==== Entries provided
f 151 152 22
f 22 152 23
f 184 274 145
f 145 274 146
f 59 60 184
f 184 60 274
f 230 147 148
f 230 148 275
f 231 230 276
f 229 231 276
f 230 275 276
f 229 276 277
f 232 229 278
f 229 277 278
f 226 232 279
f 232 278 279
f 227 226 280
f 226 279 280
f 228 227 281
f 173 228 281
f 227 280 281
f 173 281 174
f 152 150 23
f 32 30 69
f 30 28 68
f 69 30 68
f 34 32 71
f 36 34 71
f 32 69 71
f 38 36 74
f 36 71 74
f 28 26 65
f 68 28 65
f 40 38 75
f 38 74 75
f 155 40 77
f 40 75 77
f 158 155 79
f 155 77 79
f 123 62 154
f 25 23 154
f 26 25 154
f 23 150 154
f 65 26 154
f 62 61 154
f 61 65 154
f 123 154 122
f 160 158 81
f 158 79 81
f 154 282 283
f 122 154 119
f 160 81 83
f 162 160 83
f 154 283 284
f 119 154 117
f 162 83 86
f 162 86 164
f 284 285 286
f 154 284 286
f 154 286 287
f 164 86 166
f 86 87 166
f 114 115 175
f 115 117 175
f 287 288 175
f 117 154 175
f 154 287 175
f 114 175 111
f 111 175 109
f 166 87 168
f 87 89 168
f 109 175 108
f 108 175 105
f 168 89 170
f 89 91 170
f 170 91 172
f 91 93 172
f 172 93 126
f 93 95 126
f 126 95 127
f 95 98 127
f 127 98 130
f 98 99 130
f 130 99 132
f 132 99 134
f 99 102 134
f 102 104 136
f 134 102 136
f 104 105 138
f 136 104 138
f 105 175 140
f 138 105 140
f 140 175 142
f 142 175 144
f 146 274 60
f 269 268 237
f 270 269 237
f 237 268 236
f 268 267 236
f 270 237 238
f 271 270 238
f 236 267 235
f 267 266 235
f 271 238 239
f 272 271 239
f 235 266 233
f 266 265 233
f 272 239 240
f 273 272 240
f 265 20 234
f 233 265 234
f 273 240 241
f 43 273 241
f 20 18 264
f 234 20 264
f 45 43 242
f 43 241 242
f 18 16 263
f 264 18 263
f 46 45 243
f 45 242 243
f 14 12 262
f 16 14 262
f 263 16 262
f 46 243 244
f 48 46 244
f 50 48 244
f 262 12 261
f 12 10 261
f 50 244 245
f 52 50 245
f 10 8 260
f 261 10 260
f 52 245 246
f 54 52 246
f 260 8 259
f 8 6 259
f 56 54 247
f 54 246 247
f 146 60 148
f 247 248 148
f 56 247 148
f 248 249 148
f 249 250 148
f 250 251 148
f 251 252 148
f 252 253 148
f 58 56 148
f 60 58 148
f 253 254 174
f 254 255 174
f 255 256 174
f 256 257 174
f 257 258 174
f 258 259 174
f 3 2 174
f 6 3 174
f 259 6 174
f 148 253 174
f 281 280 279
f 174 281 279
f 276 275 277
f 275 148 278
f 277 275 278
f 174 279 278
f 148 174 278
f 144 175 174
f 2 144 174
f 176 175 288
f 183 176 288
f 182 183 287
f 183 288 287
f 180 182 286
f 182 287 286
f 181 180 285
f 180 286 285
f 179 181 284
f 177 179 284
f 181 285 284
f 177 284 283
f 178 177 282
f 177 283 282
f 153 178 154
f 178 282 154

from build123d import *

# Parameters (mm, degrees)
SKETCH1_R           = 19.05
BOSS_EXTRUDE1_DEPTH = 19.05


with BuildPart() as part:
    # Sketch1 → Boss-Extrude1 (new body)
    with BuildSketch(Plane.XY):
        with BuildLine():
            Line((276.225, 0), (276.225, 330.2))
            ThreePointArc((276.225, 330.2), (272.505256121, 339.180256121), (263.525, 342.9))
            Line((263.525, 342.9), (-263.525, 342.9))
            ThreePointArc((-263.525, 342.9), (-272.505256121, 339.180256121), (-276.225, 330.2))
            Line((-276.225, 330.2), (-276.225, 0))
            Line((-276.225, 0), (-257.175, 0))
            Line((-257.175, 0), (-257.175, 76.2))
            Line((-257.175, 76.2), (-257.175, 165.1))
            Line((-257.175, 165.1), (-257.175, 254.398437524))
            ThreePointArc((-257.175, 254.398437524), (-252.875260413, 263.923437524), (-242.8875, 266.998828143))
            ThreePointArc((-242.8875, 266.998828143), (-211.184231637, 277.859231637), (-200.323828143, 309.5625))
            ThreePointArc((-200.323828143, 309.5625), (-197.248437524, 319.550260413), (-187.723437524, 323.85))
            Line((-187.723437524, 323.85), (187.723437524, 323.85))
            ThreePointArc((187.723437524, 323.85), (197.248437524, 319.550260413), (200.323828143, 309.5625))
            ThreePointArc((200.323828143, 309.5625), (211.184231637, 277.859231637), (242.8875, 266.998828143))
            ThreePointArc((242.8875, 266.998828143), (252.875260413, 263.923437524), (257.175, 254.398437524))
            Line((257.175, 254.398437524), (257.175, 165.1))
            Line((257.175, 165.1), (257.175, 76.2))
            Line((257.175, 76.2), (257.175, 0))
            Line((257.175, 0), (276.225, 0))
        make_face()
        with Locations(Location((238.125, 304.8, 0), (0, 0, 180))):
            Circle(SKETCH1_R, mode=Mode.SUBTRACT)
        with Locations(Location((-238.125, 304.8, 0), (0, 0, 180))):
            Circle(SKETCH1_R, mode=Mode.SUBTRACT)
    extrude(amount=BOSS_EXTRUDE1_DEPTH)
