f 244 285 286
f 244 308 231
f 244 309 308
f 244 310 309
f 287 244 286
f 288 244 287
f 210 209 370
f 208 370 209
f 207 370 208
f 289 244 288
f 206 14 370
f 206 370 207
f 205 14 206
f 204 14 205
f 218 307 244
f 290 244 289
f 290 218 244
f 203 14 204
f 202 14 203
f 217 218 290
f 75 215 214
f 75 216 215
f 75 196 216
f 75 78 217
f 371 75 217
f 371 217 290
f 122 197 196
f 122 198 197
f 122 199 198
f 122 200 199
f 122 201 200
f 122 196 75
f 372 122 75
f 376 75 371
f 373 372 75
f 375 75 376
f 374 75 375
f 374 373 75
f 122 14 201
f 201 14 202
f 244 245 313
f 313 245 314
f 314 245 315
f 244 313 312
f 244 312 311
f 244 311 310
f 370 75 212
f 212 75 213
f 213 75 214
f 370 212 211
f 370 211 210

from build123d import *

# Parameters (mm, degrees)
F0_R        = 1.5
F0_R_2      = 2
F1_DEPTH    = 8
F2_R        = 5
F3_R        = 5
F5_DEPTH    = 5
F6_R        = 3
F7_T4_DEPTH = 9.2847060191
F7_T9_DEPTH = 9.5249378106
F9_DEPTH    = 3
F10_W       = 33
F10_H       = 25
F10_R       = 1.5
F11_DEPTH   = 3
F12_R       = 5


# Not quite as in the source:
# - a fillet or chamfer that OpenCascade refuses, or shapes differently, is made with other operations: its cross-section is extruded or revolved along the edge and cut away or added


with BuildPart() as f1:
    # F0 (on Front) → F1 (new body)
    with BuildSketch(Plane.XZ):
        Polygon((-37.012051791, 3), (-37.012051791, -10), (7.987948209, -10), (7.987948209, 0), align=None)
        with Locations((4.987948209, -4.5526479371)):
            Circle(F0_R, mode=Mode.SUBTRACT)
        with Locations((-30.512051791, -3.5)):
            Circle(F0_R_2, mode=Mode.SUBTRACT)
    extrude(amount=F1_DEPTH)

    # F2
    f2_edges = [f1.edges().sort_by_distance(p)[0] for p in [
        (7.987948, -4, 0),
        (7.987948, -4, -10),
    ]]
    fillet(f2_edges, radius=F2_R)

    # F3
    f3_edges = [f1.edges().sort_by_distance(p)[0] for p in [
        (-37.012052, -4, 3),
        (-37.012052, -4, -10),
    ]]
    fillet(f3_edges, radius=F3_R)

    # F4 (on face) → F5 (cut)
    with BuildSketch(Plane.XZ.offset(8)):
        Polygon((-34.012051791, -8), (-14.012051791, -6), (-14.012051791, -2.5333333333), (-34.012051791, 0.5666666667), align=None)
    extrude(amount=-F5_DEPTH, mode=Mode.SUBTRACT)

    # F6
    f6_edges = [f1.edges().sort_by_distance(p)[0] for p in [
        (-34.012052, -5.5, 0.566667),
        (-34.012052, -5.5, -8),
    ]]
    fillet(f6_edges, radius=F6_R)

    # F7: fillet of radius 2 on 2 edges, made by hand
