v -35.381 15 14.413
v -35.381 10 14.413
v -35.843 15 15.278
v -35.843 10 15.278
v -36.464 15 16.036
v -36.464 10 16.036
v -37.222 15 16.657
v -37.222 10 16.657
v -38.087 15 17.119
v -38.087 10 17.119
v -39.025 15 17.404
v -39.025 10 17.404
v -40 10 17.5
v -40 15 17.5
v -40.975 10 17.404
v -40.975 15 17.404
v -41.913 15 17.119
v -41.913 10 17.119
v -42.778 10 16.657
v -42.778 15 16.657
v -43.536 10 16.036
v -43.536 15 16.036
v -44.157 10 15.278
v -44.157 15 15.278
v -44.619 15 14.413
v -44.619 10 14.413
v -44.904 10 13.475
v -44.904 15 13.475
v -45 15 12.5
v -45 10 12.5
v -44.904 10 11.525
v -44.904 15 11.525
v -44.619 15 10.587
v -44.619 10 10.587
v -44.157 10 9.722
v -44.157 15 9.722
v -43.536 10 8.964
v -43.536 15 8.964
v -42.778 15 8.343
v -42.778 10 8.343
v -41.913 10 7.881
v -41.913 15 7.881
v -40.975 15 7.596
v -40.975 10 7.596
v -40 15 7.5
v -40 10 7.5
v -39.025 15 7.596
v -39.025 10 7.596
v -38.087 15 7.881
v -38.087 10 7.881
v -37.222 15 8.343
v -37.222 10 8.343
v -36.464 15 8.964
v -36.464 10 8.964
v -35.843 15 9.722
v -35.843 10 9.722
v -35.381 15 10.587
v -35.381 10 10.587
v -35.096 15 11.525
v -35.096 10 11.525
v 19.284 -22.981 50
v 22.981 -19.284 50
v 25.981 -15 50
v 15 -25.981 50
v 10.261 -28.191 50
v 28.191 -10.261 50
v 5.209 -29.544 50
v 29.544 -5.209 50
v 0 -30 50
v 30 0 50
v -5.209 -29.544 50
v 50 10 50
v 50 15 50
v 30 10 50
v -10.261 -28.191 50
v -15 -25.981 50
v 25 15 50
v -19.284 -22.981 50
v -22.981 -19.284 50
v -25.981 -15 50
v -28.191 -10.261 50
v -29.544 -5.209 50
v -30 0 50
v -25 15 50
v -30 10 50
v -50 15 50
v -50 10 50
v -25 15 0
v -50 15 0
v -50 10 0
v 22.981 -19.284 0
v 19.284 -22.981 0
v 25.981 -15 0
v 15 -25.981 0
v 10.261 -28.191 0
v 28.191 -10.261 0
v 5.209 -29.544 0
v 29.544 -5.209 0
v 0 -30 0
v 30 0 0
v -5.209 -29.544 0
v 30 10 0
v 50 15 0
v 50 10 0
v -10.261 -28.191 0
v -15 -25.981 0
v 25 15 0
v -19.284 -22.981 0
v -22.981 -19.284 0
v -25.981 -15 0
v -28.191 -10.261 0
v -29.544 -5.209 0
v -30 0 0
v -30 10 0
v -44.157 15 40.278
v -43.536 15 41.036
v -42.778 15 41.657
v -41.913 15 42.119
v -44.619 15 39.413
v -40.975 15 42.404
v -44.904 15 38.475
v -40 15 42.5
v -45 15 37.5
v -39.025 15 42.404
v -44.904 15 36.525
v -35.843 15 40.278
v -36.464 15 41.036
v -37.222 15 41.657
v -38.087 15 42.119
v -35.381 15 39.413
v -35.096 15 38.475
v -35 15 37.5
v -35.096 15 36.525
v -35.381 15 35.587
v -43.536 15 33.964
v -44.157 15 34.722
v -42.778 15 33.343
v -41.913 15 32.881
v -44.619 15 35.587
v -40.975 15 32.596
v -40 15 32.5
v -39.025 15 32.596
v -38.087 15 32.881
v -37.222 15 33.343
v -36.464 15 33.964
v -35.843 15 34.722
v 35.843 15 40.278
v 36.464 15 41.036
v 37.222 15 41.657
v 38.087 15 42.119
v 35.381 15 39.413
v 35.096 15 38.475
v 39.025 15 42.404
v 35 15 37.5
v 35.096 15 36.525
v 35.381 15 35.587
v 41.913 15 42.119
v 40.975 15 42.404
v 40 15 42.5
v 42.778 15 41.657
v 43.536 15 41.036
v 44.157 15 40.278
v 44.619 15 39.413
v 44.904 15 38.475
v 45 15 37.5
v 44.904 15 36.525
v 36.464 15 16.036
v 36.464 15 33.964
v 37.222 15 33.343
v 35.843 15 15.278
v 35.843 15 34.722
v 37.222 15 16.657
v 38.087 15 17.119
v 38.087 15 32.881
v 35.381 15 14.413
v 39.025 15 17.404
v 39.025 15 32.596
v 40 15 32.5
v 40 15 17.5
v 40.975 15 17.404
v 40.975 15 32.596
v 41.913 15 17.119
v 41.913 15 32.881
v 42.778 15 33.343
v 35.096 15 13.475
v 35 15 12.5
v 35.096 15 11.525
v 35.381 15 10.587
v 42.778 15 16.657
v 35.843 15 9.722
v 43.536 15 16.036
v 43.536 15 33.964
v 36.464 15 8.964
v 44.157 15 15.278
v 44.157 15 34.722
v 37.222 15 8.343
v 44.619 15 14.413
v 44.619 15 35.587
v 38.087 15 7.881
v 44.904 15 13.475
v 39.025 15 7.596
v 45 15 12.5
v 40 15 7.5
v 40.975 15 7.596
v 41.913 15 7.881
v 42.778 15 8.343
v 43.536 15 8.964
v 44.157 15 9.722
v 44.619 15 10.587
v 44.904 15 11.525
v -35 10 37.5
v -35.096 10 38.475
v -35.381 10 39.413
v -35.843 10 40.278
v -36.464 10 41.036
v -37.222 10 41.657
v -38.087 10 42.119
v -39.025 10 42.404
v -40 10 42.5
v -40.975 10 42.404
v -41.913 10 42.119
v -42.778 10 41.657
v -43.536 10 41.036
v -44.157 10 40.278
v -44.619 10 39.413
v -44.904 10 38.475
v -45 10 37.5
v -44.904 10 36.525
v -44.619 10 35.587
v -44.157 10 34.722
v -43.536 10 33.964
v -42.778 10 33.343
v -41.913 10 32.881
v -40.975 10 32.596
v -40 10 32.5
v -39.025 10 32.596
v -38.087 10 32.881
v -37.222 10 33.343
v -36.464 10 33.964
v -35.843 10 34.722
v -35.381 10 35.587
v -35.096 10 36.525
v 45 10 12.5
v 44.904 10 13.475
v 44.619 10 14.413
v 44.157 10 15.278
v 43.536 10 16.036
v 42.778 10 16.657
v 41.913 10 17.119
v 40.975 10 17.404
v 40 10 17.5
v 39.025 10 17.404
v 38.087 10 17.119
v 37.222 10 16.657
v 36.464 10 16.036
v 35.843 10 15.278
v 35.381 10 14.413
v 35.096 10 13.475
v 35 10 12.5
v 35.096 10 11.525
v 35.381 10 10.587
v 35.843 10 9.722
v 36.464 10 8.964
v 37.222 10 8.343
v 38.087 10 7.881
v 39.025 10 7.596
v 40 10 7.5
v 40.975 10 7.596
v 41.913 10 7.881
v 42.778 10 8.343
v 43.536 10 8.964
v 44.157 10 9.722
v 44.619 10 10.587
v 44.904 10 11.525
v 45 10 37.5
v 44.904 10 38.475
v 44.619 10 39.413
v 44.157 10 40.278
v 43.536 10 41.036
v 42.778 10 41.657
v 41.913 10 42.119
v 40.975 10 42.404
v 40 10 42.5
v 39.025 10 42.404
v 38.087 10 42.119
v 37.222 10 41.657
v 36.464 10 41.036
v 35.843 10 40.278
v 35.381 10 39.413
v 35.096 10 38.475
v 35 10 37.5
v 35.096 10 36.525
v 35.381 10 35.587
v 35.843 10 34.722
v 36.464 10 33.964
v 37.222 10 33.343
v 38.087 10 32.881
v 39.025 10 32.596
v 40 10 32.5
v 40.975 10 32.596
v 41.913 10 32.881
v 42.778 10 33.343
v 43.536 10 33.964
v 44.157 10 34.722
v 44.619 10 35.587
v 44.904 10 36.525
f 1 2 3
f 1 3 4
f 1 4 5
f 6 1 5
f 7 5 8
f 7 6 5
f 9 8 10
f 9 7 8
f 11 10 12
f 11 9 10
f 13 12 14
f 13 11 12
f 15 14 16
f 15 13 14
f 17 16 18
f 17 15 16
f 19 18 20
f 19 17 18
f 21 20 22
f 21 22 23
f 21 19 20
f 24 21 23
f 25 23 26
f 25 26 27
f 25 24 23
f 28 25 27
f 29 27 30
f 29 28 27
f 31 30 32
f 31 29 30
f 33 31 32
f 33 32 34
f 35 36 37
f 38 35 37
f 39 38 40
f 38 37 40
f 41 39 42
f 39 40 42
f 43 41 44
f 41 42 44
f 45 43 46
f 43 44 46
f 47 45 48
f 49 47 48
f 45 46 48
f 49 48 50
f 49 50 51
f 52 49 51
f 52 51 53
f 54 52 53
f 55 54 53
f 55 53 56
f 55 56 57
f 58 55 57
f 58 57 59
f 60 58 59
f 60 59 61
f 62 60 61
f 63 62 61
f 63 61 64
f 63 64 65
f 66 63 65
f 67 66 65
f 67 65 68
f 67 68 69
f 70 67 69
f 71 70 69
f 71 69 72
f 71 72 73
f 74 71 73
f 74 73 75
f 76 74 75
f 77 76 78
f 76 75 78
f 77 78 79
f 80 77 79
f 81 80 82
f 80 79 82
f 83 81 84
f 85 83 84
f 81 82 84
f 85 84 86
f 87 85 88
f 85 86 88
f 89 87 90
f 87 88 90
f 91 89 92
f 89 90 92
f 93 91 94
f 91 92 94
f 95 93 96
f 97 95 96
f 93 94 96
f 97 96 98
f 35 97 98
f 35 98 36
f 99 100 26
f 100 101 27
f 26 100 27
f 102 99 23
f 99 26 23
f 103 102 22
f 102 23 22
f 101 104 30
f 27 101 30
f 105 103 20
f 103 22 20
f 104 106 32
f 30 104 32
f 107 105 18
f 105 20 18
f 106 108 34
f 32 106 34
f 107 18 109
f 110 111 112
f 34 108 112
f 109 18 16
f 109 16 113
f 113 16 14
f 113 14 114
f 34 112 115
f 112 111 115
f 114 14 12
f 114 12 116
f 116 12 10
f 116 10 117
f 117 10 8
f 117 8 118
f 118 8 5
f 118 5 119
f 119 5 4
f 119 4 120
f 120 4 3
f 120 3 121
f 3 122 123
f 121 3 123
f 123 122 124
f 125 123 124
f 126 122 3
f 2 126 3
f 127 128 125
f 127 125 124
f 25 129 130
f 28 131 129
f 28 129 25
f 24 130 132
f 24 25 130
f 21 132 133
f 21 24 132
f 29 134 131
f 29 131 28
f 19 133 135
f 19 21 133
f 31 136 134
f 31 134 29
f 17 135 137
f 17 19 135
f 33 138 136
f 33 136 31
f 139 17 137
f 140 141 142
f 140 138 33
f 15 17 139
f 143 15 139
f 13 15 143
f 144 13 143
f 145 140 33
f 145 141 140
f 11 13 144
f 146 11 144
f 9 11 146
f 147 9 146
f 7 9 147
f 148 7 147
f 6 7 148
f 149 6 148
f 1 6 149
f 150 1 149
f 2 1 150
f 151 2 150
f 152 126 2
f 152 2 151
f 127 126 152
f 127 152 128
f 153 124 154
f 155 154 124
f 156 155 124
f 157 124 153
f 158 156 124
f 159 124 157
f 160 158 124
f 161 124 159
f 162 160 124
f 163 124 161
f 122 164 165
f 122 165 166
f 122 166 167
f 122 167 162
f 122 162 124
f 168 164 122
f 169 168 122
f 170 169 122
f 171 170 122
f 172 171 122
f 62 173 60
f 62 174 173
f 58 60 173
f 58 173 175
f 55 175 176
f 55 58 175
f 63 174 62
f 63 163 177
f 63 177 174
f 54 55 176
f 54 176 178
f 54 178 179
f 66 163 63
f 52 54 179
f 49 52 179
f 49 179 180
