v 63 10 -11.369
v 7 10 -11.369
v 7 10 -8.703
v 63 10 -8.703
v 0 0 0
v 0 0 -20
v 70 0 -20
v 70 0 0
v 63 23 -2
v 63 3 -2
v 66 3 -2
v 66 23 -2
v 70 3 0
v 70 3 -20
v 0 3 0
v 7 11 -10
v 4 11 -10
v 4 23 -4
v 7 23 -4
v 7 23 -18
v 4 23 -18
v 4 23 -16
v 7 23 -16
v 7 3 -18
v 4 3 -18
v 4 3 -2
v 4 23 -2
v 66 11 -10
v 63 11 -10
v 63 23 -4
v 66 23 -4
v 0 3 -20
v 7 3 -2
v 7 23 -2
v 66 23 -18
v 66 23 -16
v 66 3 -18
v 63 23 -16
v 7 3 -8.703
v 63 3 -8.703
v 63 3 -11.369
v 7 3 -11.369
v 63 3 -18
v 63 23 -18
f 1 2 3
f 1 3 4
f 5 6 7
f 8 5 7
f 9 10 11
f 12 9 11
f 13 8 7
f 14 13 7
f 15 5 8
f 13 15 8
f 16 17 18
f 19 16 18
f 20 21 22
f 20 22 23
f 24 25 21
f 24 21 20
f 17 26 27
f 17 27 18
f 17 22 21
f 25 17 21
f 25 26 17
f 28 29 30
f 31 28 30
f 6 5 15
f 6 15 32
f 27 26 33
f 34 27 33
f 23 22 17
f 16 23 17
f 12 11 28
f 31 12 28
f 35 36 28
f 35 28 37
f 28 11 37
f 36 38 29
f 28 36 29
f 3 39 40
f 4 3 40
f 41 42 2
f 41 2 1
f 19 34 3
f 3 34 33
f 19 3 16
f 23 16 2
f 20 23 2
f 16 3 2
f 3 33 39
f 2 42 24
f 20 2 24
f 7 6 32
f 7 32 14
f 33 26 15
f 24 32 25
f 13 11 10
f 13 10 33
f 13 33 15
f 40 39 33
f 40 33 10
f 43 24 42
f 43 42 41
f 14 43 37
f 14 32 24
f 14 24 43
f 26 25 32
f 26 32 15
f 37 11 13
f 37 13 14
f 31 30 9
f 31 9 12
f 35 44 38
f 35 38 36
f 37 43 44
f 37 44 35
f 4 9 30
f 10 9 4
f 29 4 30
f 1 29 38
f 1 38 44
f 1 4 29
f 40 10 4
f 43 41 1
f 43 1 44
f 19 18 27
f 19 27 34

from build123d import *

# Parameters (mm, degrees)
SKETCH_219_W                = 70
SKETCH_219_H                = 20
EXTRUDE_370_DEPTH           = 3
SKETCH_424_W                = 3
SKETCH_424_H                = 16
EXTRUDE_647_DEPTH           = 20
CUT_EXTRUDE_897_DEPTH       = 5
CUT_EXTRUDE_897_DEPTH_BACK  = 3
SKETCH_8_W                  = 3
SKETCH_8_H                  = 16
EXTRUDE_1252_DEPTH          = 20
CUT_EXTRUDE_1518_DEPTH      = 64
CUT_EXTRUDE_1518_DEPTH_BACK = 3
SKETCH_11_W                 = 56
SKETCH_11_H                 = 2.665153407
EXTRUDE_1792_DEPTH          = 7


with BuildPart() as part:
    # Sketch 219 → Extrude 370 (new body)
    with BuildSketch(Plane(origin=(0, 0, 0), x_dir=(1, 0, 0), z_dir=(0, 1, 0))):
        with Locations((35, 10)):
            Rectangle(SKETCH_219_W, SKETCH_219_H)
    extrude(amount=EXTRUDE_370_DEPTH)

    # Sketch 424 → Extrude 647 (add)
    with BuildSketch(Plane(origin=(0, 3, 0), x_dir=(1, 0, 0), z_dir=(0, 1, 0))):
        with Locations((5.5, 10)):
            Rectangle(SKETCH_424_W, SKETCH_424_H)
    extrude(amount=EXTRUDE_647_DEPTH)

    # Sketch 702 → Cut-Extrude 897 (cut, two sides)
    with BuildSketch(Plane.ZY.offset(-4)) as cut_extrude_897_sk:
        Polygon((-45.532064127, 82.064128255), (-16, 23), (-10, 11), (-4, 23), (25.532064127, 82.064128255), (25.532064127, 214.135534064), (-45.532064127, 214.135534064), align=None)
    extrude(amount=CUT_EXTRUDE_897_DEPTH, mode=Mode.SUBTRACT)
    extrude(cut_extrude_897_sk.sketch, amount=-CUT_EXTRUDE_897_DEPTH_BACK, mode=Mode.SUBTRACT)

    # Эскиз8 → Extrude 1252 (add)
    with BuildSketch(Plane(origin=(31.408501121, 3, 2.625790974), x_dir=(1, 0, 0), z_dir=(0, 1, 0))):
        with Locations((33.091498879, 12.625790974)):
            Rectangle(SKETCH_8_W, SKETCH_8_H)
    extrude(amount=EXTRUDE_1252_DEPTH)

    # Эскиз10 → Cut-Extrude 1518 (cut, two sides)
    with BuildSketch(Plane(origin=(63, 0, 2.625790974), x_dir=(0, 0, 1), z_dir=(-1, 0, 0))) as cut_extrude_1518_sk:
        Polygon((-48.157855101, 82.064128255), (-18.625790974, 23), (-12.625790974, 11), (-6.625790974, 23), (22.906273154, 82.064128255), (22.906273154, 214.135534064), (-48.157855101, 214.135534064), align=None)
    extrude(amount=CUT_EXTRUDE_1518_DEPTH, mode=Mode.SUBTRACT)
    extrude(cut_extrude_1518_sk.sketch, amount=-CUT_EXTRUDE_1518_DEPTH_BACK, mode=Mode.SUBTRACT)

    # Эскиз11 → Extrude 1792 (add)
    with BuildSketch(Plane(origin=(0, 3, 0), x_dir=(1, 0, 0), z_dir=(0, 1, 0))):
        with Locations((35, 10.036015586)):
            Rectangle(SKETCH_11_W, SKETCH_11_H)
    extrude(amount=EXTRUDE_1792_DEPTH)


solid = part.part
========
## Work item
Using only the entries above, output the line with "v 5.209 -29.544 50", the line with "v -35.096 15 36.525", and all lines between them, exactly as they stand.

## Problem solution
v 5.209 -29.544 50
v 29.544 -5.209 50
v 0 -30 50
v 30 0 50
v -5.209 -29.544 50
v 50 10 50
v 50 15 50
v 30 10 50
v -10.261 -28.191 50
v -15 -25.981 50
v 25 15 50
v -19.284 -22.981 50
v -22.981 -19.284 50
v -25.981 -15 50
v -28.191 -10.261 50
v -29.544 -5.209 50
v -30 0 50
v -25 15 50
v -30 10 50
v -50 15 50
v -50 10 50
v -25 15 0
v -50 15 0
v -50 10 0
v 22.981 -19.284 0
v 19.284 -22.981 0
v 25.981 -15 0
v 15 -25.981 0
v 10.261 -28.191 0
v 28.191 -10.261 0
v 5.209 -29.544 0
v 29.544 -5.209 0
v 0 -30 0
v 30 0 0
v -5.209 -29.544 0
v 30 10 0
v 50 15 0
v 50 10 0
v -10.261 -28.191 0
v -15 -25.981 0
v 25 15 0
v -19.284 -22.981 0
v -22.981 -19.284 0
v -25.981 -15 0
v -28.191 -10.261 0
v -29.544 -5.209 0
v -30 0 0
v -30 10 0
v -44.157 15 40.278
v -43.536 15 41.036
v -42.778 15 41.657
v -41.913 15 42.119
v -44.619 15 39.413
v -40.975 15 42.404
v -44.904 15 38.475
v -40 15 42.5
v -45 15 37.5
v -39.025 15 42.404
v -44.904 15 36.525
v -35.843 15 40.278
v -36.464 15 41.036
v -37.222 15 41.657
v -38.087 15 42.119
v -35.381 15 39.413
v -35.096 15 38.475
v -35 15 37.5
v -35.096 15 36.525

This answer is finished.